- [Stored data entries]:
Content starts

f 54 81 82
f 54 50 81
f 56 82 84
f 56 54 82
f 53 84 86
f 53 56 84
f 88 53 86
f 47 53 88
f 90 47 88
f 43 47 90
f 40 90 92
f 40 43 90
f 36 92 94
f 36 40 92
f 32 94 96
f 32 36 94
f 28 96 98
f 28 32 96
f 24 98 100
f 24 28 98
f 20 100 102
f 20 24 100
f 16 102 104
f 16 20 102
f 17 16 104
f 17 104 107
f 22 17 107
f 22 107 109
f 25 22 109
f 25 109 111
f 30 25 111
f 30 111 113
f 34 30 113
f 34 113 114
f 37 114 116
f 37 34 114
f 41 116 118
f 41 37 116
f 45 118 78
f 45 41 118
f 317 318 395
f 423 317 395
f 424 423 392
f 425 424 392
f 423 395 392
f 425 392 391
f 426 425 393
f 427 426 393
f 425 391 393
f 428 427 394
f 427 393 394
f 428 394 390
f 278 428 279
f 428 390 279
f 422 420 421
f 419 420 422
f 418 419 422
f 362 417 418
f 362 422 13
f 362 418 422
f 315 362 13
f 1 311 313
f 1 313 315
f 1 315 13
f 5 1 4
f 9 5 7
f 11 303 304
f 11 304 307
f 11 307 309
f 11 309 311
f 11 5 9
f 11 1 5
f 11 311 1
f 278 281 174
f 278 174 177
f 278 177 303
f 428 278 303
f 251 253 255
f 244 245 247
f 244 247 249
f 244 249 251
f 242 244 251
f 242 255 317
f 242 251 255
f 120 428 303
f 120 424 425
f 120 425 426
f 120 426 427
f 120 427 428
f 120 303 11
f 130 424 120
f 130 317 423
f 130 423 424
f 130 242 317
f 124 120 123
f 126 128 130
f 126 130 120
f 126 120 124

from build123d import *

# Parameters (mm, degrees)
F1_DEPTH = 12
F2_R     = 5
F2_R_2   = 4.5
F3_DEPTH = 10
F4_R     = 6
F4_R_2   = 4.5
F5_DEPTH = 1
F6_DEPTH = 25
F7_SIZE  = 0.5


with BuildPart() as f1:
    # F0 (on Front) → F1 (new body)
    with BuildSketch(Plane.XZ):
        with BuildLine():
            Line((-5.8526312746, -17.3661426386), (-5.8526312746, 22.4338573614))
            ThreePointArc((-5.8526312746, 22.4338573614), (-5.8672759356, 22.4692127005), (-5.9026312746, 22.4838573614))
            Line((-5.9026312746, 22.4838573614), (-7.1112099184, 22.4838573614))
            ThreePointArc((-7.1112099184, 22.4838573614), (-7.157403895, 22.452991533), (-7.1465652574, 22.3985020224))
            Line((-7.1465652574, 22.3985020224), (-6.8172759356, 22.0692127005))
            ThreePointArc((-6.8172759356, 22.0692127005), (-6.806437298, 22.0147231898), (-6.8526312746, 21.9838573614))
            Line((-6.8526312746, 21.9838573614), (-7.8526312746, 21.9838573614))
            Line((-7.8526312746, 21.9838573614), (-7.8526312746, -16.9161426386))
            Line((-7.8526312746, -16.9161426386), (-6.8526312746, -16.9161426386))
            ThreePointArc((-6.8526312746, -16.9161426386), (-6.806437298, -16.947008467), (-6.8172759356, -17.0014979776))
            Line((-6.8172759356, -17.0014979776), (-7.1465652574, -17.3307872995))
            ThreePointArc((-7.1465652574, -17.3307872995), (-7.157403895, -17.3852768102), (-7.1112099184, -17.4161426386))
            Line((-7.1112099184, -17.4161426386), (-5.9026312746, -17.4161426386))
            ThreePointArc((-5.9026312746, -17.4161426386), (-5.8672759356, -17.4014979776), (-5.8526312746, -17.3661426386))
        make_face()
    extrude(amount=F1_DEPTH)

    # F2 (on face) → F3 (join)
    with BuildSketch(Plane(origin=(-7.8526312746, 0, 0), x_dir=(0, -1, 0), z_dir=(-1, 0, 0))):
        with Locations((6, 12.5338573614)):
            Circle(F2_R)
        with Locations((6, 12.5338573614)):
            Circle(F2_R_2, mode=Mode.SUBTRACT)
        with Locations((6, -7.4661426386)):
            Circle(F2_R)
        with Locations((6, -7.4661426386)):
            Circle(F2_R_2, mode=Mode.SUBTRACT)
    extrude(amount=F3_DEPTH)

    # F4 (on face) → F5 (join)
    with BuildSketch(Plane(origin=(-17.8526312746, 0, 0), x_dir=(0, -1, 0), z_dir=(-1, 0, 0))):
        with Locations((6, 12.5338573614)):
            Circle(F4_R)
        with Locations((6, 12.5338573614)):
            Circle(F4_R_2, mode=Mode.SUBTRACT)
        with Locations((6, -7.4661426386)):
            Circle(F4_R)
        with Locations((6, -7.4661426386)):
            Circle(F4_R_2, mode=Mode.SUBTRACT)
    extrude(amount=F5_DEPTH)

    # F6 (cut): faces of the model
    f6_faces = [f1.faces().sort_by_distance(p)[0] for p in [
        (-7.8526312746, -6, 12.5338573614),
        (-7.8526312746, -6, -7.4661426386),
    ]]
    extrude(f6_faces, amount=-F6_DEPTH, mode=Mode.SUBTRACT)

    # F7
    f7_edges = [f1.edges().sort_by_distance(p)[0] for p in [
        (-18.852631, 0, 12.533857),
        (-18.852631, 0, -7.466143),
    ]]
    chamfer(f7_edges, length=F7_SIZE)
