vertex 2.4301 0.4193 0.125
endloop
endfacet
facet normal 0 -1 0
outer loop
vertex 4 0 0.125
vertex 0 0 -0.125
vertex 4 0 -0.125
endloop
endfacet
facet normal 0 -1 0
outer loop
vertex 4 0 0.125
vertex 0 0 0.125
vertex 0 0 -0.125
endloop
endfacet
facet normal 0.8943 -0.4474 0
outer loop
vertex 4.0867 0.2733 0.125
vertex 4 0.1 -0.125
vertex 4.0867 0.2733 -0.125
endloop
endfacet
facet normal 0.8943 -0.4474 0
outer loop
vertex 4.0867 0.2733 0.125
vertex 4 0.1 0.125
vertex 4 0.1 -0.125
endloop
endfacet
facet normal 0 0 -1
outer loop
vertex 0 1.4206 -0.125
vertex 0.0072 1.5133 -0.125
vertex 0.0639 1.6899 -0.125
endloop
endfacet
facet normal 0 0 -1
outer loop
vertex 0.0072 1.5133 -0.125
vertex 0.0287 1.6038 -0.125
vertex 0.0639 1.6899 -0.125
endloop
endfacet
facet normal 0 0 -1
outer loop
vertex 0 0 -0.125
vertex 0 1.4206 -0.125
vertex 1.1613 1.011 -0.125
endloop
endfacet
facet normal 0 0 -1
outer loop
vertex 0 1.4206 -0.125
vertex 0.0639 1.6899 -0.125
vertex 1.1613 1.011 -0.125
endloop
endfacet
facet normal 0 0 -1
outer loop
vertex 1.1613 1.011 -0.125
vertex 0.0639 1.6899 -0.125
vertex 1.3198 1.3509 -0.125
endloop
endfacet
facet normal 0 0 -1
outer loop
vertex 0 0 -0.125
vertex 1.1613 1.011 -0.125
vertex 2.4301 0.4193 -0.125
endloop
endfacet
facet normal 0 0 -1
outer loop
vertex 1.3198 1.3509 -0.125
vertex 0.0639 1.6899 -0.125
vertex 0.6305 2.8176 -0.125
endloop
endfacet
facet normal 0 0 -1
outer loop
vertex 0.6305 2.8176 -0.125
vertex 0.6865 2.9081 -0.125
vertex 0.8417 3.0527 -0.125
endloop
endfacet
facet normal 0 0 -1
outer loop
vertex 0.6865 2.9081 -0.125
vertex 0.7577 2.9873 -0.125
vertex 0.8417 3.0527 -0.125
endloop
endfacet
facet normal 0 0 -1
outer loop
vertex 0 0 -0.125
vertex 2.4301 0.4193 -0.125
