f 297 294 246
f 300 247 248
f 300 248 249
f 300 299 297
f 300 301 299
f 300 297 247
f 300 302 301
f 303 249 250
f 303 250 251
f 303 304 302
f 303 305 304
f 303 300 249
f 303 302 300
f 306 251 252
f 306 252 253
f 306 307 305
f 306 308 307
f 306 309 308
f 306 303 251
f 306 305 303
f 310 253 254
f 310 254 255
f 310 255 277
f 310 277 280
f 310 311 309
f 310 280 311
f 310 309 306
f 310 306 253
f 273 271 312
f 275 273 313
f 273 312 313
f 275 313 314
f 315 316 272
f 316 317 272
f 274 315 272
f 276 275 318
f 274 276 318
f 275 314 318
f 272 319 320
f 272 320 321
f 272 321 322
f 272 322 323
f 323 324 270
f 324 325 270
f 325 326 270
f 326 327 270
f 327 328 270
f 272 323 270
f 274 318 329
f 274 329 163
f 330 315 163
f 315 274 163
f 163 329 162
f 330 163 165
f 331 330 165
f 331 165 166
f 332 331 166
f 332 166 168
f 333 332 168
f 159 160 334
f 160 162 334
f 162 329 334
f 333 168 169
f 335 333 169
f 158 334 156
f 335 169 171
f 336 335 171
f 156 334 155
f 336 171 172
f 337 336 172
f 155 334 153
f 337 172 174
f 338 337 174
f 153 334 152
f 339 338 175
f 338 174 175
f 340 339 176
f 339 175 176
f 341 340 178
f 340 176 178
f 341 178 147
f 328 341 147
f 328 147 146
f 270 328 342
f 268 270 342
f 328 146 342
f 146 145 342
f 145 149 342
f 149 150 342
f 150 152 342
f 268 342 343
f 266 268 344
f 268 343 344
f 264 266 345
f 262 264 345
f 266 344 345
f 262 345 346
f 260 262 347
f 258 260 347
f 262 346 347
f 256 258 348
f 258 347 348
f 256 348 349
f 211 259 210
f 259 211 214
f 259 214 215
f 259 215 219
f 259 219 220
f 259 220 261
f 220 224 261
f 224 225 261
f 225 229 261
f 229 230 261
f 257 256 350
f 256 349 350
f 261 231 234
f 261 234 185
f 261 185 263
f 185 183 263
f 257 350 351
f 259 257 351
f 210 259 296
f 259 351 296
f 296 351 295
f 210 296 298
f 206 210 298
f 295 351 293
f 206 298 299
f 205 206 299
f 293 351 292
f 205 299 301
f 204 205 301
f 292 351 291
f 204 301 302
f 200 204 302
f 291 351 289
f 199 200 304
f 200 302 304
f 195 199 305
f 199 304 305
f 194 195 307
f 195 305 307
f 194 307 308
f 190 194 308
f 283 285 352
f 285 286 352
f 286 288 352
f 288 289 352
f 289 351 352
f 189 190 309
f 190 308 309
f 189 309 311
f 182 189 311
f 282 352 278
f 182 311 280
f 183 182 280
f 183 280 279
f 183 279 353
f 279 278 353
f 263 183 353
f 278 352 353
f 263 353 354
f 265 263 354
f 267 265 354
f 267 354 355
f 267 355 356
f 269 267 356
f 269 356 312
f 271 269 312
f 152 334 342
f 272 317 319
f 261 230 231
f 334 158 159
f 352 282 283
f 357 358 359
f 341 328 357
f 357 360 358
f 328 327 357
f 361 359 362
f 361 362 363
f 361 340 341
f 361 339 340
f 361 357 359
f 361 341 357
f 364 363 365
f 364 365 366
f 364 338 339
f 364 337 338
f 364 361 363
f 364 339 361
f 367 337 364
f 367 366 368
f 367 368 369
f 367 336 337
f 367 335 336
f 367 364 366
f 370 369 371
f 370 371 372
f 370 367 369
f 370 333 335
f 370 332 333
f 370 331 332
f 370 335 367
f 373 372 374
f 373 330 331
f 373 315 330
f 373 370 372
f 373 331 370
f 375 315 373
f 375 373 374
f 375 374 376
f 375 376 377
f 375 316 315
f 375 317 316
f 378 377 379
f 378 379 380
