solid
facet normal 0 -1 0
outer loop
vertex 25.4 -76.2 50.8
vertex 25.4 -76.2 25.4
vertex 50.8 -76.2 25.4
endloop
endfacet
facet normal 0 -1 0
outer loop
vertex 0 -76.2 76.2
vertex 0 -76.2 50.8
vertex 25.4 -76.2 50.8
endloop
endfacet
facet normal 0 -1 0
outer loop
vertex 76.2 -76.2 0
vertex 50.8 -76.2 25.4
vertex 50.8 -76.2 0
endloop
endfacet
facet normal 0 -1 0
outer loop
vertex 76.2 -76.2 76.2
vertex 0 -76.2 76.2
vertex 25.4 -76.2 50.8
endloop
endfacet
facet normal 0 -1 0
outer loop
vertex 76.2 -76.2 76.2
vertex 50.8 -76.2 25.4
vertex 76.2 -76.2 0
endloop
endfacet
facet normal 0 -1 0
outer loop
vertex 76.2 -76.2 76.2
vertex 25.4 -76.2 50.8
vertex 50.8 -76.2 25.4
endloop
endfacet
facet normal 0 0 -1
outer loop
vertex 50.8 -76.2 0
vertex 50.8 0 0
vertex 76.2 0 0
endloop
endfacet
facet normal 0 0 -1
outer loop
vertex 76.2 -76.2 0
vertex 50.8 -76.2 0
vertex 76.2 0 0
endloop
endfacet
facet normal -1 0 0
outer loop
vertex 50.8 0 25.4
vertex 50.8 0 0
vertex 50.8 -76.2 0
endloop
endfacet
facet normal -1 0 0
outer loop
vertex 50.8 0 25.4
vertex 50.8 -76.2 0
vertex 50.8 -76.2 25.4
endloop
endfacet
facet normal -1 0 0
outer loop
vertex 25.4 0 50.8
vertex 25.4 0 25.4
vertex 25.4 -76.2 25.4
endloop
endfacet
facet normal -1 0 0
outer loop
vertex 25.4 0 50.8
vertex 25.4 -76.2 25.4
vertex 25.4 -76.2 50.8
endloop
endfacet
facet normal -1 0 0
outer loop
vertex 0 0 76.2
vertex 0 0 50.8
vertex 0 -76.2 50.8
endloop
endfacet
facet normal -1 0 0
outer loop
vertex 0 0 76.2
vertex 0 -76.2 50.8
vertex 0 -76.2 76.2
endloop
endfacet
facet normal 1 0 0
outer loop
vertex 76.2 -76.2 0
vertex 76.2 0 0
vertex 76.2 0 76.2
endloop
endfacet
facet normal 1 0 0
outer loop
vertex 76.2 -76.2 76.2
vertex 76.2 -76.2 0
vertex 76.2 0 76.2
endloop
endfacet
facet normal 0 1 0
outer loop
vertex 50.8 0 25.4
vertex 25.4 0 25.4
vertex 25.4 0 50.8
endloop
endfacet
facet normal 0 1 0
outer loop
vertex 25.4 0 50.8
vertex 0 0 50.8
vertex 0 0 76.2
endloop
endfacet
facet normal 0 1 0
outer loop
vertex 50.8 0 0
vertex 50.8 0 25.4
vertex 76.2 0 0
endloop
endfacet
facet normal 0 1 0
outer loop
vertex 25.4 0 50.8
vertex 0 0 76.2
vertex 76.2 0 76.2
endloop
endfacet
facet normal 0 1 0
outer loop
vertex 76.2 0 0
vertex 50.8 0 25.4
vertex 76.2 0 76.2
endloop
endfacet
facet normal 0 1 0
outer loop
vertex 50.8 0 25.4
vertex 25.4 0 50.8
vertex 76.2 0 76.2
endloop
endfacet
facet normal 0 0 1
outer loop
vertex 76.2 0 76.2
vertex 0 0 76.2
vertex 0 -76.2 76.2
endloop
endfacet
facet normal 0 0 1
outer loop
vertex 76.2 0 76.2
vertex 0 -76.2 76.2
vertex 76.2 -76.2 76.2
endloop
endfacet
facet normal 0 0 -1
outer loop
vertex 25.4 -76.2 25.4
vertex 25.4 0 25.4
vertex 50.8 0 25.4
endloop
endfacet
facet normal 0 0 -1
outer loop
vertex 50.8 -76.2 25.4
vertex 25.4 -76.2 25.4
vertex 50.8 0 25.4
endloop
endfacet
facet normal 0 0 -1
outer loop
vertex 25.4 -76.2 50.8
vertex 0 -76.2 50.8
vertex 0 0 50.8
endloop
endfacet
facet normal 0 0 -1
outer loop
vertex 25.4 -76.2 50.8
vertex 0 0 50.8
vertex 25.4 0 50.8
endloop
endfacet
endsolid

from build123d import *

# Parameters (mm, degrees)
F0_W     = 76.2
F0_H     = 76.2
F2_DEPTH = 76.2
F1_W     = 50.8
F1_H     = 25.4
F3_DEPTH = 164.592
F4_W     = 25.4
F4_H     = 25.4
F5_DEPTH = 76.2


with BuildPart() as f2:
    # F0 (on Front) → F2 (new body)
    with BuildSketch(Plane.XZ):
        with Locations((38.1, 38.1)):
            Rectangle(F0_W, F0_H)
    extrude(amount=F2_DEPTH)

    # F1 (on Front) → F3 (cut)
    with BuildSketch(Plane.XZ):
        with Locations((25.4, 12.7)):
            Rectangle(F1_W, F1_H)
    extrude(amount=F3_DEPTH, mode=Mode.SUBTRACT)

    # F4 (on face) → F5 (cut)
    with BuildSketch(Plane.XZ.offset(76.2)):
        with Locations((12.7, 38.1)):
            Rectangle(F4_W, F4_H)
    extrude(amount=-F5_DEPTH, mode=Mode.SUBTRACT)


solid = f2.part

Content ends
Content starts

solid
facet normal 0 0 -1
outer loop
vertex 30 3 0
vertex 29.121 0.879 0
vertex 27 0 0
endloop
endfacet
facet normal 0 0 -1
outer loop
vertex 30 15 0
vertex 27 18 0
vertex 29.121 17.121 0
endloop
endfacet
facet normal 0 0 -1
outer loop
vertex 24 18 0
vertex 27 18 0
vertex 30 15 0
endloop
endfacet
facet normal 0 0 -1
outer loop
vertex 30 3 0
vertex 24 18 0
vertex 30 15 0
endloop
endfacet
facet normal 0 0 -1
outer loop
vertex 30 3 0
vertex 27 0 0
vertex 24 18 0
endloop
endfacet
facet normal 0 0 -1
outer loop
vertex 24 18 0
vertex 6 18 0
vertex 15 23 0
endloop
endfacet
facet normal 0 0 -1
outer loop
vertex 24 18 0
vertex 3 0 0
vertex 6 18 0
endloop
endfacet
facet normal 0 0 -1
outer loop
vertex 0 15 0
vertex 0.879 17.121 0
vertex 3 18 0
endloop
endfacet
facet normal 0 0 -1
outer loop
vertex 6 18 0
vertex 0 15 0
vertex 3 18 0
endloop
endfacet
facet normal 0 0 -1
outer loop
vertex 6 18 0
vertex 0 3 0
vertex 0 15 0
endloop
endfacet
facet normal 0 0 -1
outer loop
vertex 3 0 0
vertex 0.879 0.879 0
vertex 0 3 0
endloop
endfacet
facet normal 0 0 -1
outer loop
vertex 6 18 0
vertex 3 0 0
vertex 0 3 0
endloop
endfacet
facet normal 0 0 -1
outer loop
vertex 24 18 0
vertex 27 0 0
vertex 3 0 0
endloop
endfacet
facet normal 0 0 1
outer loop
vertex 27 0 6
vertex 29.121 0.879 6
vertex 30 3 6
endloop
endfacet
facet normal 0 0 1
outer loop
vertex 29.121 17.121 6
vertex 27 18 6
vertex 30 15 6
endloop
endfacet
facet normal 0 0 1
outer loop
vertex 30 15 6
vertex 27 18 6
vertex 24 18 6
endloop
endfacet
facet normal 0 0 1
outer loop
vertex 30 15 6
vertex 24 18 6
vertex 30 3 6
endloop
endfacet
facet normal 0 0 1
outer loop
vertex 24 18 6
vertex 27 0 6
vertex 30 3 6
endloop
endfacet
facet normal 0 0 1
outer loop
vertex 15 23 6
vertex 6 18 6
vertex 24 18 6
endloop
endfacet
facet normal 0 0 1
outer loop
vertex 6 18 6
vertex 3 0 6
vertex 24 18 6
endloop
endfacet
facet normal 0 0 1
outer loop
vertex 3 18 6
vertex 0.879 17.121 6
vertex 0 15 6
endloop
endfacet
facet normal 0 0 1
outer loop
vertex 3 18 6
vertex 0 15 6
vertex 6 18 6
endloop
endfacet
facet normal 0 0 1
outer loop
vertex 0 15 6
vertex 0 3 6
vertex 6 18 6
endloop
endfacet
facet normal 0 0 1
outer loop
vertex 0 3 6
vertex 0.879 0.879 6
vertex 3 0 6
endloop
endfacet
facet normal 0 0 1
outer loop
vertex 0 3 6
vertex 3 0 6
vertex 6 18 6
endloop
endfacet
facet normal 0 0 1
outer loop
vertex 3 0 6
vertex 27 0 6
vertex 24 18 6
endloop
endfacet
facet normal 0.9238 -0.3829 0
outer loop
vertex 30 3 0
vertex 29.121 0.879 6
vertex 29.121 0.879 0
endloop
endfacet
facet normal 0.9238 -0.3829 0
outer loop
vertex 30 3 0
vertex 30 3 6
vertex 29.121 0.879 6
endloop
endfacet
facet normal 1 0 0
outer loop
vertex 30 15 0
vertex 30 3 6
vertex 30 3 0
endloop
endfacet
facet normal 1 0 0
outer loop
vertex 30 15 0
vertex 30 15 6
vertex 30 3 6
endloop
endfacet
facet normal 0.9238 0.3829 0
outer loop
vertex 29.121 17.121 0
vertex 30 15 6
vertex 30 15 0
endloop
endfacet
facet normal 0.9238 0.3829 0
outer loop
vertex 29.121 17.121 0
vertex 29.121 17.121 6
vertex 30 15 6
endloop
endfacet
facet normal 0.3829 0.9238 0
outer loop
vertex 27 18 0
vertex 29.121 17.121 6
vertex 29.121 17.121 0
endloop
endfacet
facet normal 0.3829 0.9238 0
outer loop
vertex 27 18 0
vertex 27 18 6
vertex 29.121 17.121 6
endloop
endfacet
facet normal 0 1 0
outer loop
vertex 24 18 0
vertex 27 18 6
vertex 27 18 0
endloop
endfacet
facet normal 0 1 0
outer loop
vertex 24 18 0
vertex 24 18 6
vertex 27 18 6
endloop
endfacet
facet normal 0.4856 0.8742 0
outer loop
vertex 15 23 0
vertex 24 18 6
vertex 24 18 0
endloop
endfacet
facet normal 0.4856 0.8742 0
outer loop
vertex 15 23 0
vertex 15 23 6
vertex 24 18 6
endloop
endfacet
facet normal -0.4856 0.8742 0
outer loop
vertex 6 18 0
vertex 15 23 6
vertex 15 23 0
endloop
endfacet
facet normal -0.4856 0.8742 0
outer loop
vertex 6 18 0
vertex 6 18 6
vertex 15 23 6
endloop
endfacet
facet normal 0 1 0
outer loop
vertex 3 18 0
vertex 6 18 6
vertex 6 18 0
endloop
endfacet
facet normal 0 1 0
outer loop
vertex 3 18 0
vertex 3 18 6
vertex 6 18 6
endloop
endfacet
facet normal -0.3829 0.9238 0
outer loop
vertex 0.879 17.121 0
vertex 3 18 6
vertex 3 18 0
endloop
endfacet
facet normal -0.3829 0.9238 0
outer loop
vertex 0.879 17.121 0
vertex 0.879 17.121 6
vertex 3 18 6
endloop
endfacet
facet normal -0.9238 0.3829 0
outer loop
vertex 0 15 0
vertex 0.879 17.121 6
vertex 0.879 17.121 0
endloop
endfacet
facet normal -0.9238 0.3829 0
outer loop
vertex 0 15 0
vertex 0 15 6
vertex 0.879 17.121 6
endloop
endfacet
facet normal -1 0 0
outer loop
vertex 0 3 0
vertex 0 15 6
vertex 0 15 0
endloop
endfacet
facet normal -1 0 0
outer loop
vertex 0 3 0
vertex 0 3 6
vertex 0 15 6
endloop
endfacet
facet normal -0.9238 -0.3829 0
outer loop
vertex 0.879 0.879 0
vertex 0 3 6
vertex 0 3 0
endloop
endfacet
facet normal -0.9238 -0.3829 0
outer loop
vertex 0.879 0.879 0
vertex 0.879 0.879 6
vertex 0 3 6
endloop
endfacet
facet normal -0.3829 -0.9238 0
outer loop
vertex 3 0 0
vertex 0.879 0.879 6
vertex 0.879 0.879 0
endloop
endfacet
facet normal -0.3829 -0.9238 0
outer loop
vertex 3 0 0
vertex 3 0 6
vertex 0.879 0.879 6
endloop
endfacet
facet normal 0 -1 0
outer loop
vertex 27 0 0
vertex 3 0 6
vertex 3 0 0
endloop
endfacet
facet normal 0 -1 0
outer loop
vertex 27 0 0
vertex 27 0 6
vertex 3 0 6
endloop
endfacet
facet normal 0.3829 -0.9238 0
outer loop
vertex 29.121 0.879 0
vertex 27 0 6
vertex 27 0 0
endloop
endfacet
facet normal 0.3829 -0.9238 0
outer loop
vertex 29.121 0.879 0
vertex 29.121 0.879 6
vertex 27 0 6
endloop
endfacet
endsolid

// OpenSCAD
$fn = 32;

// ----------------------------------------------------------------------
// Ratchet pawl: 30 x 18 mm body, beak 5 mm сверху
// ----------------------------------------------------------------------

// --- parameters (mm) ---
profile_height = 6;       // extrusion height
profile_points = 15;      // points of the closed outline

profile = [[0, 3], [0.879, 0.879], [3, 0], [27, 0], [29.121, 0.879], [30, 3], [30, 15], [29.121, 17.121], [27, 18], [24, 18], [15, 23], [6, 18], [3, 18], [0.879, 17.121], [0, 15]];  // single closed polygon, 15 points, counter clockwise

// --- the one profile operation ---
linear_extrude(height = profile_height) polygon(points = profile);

Content ends

- [Problem details]: Number of lines holding "origin" in the data: give it, with nothing else.

- [The completed task]: 2